Having gone through this with the launch of the 4...ignore what Verizon reps tell you or what the status thing says on the website. You will likely get it on launch day or at most the following day.
 
There is already a thread here where one nutcase says the launch was a failure because it sold out and Apple was not able to keep up with demand...

Another genius who never took a class that explained supply and demand...

I guess that would make the HP tablet a success since they made 800,000 and only sold 20,000.... Plenty of them left in inventory.....

Yes Apple is such a failure that is why everyone wants their products, everyone copies what they do, their stock is up 600%, oh yes wait they have more cash then the US Government, and wait the 4S was such a failure that everyone said no one would buy them, that they sold out of pre orders.

Man where do you get your information, look at RIM, they were so horrible at their tablets they reduced the price of each model by $200 just to move them, HP begged BestBuy not to stop selling their tablet, and the Motorola and Samsung are the only two competing with Apple and they are no where near the volumes that Apple has, in fact combined they do not even sell near half of what Apple does, so yes if all those facts are true Apple is a failure.

I am sure I am not alone when I state Apple is the farthest thing from a failure and so is the 4S. The iPhone 4 and 3GS are the top first an second place best selling phones.

Also funny how everyone compares Android to Apple, Apple sells three phones with iOS, Android is on like 50 models with 5-6 versions so I ask how this is a comparison, Apple verse Motorola, HTC, Samsung, Sony and all the rest of the MFG's. My $ is on Apple without a doubt.
 
I'm not very happy about this as i was hoping that between the 16 month delay and recycling of the overall design and build process, that they could at LEAST stock up on this product so that they wouldn't run out...

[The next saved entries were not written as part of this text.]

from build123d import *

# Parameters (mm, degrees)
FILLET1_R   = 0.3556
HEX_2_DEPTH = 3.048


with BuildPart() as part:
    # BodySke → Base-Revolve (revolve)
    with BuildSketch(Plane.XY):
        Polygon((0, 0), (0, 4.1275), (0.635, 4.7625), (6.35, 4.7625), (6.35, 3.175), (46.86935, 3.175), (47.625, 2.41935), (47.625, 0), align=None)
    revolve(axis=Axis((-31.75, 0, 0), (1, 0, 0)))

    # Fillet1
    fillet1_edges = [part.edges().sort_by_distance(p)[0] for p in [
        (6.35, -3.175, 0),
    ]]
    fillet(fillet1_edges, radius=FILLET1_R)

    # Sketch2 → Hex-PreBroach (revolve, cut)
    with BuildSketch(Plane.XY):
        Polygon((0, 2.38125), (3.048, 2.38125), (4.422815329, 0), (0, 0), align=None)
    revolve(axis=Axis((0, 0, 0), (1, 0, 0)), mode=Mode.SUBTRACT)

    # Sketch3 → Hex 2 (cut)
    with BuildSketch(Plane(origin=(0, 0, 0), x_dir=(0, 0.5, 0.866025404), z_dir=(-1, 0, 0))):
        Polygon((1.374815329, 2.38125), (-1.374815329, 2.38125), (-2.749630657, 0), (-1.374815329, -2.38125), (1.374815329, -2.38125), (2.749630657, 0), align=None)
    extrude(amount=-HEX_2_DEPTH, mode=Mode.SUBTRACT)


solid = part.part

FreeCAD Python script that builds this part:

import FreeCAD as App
import Part
import Sketcher
Q = App.Units.Quantity


def edges_at(feature, points):
    """Names of the edges that pass closest to the given points."""
    edges = feature.Shape.Edges
    near = lambda p: min(range(len(edges)), key=lambda i: edges[i].distToShape(Part.Vertex(*p))[0])
    return sorted({f"Edge{near(p) + 1}" for p in points})


def add_polygon(sketch, points):
    """Adds a closed chain of lines whose ends are joined by coincident constraints."""
    first, n = sketch.GeometryCount, len(points)
    for a, b in zip(points, points[1:] + points[:1]):
        sketch.addGeometry(Part.LineSegment(App.Vector(*a, 0), App.Vector(*b, 0)), False)
    for i in range(n):
        sketch.addConstraint(Sketcher.Constraint("Coincident", first + i, 2, first + (i + 1) % n, 1))

doc = App.newDocument("Part")
body = doc.addObject("PartDesign::Body", "Body")

# Sketch on XY plane
sketch1 = body.newObject("Sketcher::SketchObject", "Sketch")
sketch1.AttachmentSupport = (doc.getObject("XY_Plane"), [""])
sketch1.MapMode = "FlatFace"
add_polygon(sketch1, [(0, 4.1), (0, 0), (47.6, 0), (47.6, 2.4), (46.9, 3.2), (6.3, 3.2), (6.3, 4.8), (0.6, 4.8)])  # lines 0-7
sketch1.addConstraint(Sketcher.Constraint("Vertical", 0))
sketch1.addConstraint(Sketcher.Constraint("Horizontal", 1))
sketch1.addConstraint(Sketcher.Constraint("Vertical", 2))
sketch1.addConstraint(Sketcher.Constraint("Horizontal", 4))
sketch1.addConstraint(Sketcher.Constraint("Vertical", 5))
sketch1.addConstraint(Sketcher.Constraint("Horizontal", 6))
sketch1.addConstraint(Sketcher.Constraint("Coincident", 0, 2, -1, 1))
sketch1.addConstraint(Sketcher.Constraint("Perpendicular", 3, 7))
sketch1.addConstraint(Sketcher.Constraint("Angle", 3, Q("135 deg")))
sketch1.addConstraint(Sketcher.Constraint("DistanceX", 1, 1, 1, 2, Q("1.875 in")))
sketch1.addConstraint(Sketcher.Constraint("DistanceX", 6, 2, 6, 1, Q("0.225 in")))
sketch1.addConstraint(Sketcher.Constraint("DistanceY", 5, 1, 5, 2, Q("0.0625 in")))
sketch1.addConstraint(Sketcher.Constraint("DistanceX", -1, 1, 4, 2, Q("0.25 in")))
sketch1.addConstraint(Sketcher.Constraint("DistanceY", 0, 2, 0, 1, Q("0.1625 in")))
sketch1.addConstraint(Sketcher.Constraint("DistanceX", 4, 2, 4, 1, 40.51935))
revolution = body.newObject("PartDesign::Revolution", "Revolution")
revolution.Profile = sketch1
revolution.ReferenceAxis = (sketch1, ["H_Axis"])
revolution.Angle = 360
doc.recompute()

fillet = body.newObject("PartDesign::Fillet", "Fillet")
fillet.Base = (revolution, edges_at(revolution, [(6.35, -3.175, 0)]))
fillet.Radius = Q("0.014 in")

# Sketch on XY plane
sketch2 = body.newObject("Sketcher::SketchObject", "Sketch001")
sketch2.AttachmentSupport = (doc.getObject("XY_Plane"), [""])
sketch2.MapMode = "FlatFace"
add_polygon(sketch2, [(3, 2.4), (0, 2.4), (0, 0), (4.4, 0)])  # lines 0-3
sketch2.addConstraint(Sketcher.Constraint("Horizontal", 0))
sketch2.addConstraint(Sketcher.Constraint("Vertical", 1))
sketch2.addConstraint(Sketcher.Constraint("Horizontal", 2))
sketch2.addConstraint(Sketcher.Constraint("Coincident", 1, 2, -1, 1))
sketch2.addConstraint(Sketcher.Constraint("Angle", 3, Q("120 deg")))
sketch2.addConstraint(Sketcher.Constraint("DistanceX", 0, 2, 0, 1, Q("0.12 in")))
sketch2.addConstraint(Sketcher.Constraint("DistanceY", 1, 2, 1, 1, Q("0.09375 in")))
groove = body.newObject("PartDesign::Groove", "Groove")
groove.Profile = sketch2
groove.ReferenceAxis = (sketch2, ["H_Axis"])
groove.Angle = 360

# Sketch on YZ plane
sketch3 = body.newObject("Sketcher::SketchObject", "Sketch002")
sketch3.AttachmentSupport = (doc.getObject("YZ_Plane"), [""])
sketch3.MapMode = "FlatFace"
add_polygon(sketch3, [(2.7, 0), (1.4, -2.4), (-1.4, -2.4), (-2.7, 0), (-1.4, 2.4), (1.4, 2.4)])  # lines 0-5
sketch3.addConstraint(Sketcher.Constraint("Horizontal", 1))
sketch3.addConstraint(Sketcher.Constraint("Horizontal", 4))
sketch3.addConstraint(Sketcher.Constraint("Symmetric", 0, 2, 3, 2, -1, 1))
sketch3.addConstraint(Sketcher.Constraint("Symmetric", 2, 2, 5, 2, -1, 1))
sketch3.addConstraint(Sketcher.Constraint("PointOnObject", 2, 2, -1))
sketch3.addConstraint(Sketcher.Constraint("Parallel", 2, 5))
sketch3.addConstraint(Sketcher.Constraint("Vertical", 1, 2, 3, 2))
sketch3.addConstraint(Sketcher.Constraint("Angle", 0, Q("-120 deg")))
sketch3.addConstraint(Sketcher.Constraint("DistanceY", 0, 2, -1, 1, Q("0.09375 in")))
sketch3.addConstraint(Sketcher.Constraint("DistanceX", 1, 2, 1, 1, 2.749631))
pocket1 = body.newObject("PartDesign::Pocket", "Pocket")
pocket1.Profile = sketch3
pocket1.Length = Q("0.12 in")
pocket1.Reversed = True

doc.recompute()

So now we're going to have to go through the same damn thing all over again, where you can't even get your hands on a new iPhone unless you A) order it and wait weeks or B) stand on line like an idiot hoping for one of that day's inventory.

I just don't understand why they can't prepare better for a product launch.

THESE THINGS SHOULD NOT BE SELLING OUT.

But... you're saying this like you know how many were sold! I assume that part of the reason Apple stuck with the design was in order to stock up--and the fact that AT&T sold in 12 hours what equals 1/3 of the iPhone 4 first days sales is proof that they had more on hand!

Yesterday, Apple divvied up their 4S stock between 3 US carriers AND a large number of international carriers as well AND retail stock. Another poster estimated hypothetically that each party in the US (AT&T, Verizon, Sprint, and the retail Apple Store) had 200,000 each. That means 800,000 were sold (or, in the retail case, expect to be sold) on October 14th.

Throw in, I don't know, another 200,000 phones for the remainder of the international market (which strikes me as low, but not super low), and that means Apple had ONE MILLION phones on launch day! That's a 66% increase over last time.
 
I got all the way to the check out and balked. I was thinking "$471... that's a lot of money. And my 3GS works fine."

Not like I can't afford it. I'm just a cheap-ass :(

Don't know why you got down ranked...perfectly valid feeling/course of events.

Part of the reason why you can afford it is by making cost/value judgement decisions and have a "value" for money.

I can't help but feel the prices are inflated due to carrier involvement/bidding...etc.

I say that strictly based on the "max" cost for the 64GB iPhone versus the comparable iPad 2.

On one hand, smaller components may cost more blah blah...but the A5 chip costs have come down by virtue of the iPads success so idk.

If you need a phone, buy it. I made the jump from A4 to A5 via launch iPad 1 and then two, and it is a major leap in performance.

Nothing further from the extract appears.